Task brief =
Find the line containing "e18 v15 v16 LINE" in the listing below. Repeat it exactly, along with each following line up to and including the one containing "e32 v4 v27 LINE".
= = =
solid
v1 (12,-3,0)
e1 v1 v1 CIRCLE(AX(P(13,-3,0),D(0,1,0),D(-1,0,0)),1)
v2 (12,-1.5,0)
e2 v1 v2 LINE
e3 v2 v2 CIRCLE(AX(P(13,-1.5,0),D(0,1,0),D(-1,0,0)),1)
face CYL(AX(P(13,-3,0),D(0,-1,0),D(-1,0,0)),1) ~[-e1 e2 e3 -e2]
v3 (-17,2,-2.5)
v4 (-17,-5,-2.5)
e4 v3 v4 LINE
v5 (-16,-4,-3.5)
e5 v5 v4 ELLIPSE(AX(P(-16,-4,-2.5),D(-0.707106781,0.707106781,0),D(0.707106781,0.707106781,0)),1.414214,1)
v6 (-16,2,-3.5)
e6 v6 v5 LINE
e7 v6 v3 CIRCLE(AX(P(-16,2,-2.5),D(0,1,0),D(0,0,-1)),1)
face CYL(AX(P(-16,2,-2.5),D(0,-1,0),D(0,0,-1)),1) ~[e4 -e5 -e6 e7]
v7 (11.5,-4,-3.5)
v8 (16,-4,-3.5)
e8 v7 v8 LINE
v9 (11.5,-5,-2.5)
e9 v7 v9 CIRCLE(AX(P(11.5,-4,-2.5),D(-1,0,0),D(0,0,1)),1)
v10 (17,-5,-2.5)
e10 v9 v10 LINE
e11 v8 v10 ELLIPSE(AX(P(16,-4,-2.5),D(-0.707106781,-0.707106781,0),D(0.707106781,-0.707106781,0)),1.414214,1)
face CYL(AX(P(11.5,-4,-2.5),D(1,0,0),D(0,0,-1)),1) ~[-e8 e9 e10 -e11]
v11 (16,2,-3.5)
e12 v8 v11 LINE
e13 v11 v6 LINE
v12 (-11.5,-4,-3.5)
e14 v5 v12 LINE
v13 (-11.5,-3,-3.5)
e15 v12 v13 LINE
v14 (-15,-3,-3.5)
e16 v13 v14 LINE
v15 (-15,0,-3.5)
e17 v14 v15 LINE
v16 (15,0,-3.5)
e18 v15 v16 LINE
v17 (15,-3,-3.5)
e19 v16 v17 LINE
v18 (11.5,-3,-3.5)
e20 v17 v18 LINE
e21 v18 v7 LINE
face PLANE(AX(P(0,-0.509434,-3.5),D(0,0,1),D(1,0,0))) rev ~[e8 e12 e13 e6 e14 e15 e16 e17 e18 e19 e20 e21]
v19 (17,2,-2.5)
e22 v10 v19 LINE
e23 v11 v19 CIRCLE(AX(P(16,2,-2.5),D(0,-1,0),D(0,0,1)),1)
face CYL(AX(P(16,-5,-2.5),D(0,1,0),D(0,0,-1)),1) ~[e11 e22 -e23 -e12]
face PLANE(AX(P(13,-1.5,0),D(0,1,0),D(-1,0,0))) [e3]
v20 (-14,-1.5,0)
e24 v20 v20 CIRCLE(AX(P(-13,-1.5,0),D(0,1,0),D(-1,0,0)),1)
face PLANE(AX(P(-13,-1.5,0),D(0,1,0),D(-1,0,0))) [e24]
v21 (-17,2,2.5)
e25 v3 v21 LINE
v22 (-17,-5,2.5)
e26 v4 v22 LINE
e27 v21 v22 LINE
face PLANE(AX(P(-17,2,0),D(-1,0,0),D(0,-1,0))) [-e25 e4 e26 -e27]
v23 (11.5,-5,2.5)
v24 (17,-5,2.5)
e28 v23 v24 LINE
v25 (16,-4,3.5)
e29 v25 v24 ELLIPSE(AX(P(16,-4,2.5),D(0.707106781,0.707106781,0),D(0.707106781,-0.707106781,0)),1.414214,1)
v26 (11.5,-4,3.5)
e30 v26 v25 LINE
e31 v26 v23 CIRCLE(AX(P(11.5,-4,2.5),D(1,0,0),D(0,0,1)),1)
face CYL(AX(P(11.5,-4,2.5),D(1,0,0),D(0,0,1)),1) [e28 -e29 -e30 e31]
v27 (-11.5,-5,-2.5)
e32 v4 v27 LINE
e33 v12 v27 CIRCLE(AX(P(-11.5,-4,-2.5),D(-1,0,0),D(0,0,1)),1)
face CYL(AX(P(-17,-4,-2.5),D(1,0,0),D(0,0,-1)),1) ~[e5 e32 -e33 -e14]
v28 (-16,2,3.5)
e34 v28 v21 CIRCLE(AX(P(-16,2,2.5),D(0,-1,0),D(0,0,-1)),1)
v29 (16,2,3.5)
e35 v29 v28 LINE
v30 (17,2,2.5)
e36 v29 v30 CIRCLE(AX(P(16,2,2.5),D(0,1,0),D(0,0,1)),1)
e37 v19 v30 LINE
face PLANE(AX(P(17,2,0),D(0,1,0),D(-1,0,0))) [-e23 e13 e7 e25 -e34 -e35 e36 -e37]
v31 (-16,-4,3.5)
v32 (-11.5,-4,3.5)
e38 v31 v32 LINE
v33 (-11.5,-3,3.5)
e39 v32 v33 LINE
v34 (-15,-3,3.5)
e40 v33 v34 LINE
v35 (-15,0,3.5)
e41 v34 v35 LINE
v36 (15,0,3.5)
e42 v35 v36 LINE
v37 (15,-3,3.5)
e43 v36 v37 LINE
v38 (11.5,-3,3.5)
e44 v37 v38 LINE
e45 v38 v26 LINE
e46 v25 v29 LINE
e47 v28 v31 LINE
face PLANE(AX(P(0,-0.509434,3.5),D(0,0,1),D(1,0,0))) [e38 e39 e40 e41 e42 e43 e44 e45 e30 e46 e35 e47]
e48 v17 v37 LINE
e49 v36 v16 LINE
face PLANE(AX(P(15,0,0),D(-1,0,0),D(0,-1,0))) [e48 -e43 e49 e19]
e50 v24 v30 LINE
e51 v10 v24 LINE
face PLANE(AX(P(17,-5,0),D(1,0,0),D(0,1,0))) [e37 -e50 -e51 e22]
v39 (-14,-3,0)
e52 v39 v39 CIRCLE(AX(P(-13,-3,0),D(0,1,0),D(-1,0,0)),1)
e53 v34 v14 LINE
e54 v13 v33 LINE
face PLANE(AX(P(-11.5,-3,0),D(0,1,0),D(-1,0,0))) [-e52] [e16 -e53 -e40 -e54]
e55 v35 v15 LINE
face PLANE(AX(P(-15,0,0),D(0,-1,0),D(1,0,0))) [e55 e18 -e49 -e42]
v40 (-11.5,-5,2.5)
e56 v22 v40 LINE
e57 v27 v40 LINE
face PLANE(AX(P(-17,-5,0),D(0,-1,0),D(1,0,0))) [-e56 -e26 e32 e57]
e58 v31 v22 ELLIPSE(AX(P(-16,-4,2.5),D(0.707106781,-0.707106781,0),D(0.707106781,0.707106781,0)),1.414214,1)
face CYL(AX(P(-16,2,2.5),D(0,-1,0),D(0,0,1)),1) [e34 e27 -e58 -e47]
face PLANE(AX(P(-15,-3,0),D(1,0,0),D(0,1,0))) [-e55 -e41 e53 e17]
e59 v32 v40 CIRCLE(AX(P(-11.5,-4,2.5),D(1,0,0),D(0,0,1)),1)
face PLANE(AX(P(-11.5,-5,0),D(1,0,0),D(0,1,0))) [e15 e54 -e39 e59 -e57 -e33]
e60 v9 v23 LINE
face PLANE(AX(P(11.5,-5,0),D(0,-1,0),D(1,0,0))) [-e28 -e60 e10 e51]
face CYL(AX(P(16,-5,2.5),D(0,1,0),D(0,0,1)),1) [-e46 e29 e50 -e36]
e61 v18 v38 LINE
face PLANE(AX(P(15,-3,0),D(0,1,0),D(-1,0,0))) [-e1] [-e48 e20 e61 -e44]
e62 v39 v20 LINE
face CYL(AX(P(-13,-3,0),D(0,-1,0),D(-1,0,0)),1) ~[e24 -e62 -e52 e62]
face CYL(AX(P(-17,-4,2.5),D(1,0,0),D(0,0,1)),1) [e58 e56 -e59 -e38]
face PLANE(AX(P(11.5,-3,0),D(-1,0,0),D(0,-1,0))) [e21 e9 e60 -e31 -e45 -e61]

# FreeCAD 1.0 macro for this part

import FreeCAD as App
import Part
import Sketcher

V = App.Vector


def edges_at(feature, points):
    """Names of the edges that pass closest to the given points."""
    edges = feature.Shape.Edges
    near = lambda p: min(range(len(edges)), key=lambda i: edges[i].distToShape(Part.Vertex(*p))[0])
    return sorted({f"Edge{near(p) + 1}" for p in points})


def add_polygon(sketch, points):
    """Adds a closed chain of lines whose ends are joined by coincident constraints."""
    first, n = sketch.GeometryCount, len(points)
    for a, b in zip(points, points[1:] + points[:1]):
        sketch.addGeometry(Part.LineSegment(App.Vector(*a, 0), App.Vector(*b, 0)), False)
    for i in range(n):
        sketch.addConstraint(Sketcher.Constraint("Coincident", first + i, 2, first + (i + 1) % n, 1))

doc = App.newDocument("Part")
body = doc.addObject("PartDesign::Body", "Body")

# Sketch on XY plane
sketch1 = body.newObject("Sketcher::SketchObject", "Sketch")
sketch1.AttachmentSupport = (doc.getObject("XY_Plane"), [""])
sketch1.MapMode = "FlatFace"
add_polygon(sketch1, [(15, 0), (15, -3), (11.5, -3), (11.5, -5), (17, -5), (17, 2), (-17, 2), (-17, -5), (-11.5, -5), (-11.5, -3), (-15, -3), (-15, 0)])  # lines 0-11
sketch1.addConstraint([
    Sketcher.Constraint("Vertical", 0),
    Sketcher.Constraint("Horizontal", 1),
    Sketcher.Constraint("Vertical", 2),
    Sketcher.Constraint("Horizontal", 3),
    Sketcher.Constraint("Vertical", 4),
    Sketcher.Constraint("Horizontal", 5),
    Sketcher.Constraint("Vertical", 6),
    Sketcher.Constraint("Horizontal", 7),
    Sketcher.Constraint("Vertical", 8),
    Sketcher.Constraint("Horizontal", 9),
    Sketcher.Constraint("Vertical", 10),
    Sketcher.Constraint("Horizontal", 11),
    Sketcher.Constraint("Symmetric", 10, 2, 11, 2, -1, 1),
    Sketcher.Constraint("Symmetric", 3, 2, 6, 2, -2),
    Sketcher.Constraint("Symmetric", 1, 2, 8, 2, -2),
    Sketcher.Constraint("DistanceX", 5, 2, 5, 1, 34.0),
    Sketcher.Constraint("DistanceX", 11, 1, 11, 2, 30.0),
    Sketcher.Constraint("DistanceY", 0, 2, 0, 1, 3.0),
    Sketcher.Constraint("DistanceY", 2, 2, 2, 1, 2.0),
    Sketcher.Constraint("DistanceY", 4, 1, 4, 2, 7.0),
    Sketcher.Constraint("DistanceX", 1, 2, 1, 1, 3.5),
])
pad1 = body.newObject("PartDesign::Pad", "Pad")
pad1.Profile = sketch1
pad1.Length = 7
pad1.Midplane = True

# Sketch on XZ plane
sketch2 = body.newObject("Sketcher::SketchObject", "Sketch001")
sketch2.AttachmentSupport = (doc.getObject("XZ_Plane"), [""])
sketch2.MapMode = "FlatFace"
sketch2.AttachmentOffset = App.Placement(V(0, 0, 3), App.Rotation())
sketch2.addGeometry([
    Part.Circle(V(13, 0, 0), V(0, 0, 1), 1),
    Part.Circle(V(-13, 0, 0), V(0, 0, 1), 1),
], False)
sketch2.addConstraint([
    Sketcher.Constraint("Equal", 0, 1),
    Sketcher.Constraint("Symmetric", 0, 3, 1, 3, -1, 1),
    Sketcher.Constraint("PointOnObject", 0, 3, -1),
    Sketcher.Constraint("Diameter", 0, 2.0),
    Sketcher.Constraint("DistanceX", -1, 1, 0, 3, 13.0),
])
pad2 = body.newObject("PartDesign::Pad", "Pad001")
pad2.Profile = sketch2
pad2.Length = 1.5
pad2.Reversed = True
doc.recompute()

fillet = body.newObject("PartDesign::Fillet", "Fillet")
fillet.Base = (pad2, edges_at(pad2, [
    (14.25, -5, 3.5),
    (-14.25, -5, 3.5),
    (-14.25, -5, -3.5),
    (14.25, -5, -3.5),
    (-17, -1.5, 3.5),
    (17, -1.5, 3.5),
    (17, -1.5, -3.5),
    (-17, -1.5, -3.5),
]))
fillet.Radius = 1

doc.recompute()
= = =
Response below =
e18 v15 v16 LINE
v17 (15,-3,-3.5)
e19 v16 v17 LINE
v18 (11.5,-3,-3.5)
e20 v17 v18 LINE
e21 v18 v7 LINE
face PLANE(AX(P(0,-0.509434,-3.5),D(0,0,1),D(1,0,0))) rev ~[e8 e12 e13 e6 e14 e15 e16 e17 e18 e19 e20 e21]
v19 (17,2,-2.5)
e22 v10 v19 LINE
e23 v11 v19 CIRCLE(AX(P(16,2,-2.5),D(0,-1,0),D(0,0,1)),1)
face CYL(AX(P(16,-5,-2.5),D(0,1,0),D(0,0,-1)),1) ~[e11 e22 -e23 -e12]
face PLANE(AX(P(13,-1.5,0),D(0,1,0),D(-1,0,0))) [e3]
v20 (-14,-1.5,0)
e24 v20 v20 CIRCLE(AX(P(-13,-1.5,0),D(0,1,0),D(-1,0,0)),1)
face PLANE(AX(P(-13,-1.5,0),D(0,1,0),D(-1,0,0))) [e24]
v21 (-17,2,2.5)
e25 v3 v21 LINE
v22 (-17,-5,2.5)
e26 v4 v22 LINE
e27 v21 v22 LINE
face PLANE(AX(P(-17,2,0),D(-1,0,0),D(0,-1,0))) [-e25 e4 e26 -e27]
v23 (11.5,-5,2.5)
v24 (17,-5,2.5)
e28 v23 v24 LINE
v25 (16,-4,3.5)
e29 v25 v24 ELLIPSE(AX(P(16,-4,2.5),D(0.707106781,0.707106781,0),D(0.707106781,-0.707106781,0)),1.414214,1)
v26 (11.5,-4,3.5)
e30 v26 v25 LINE
e31 v26 v23 CIRCLE(AX(P(11.5,-4,2.5),D(1,0,0),D(0,0,1)),1)
face CYL(AX(P(11.5,-4,2.5),D(1,0,0),D(0,0,1)),1) [e28 -e29 -e30 e31]
v27 (-11.5,-5,-2.5)
e32 v4 v27 LINE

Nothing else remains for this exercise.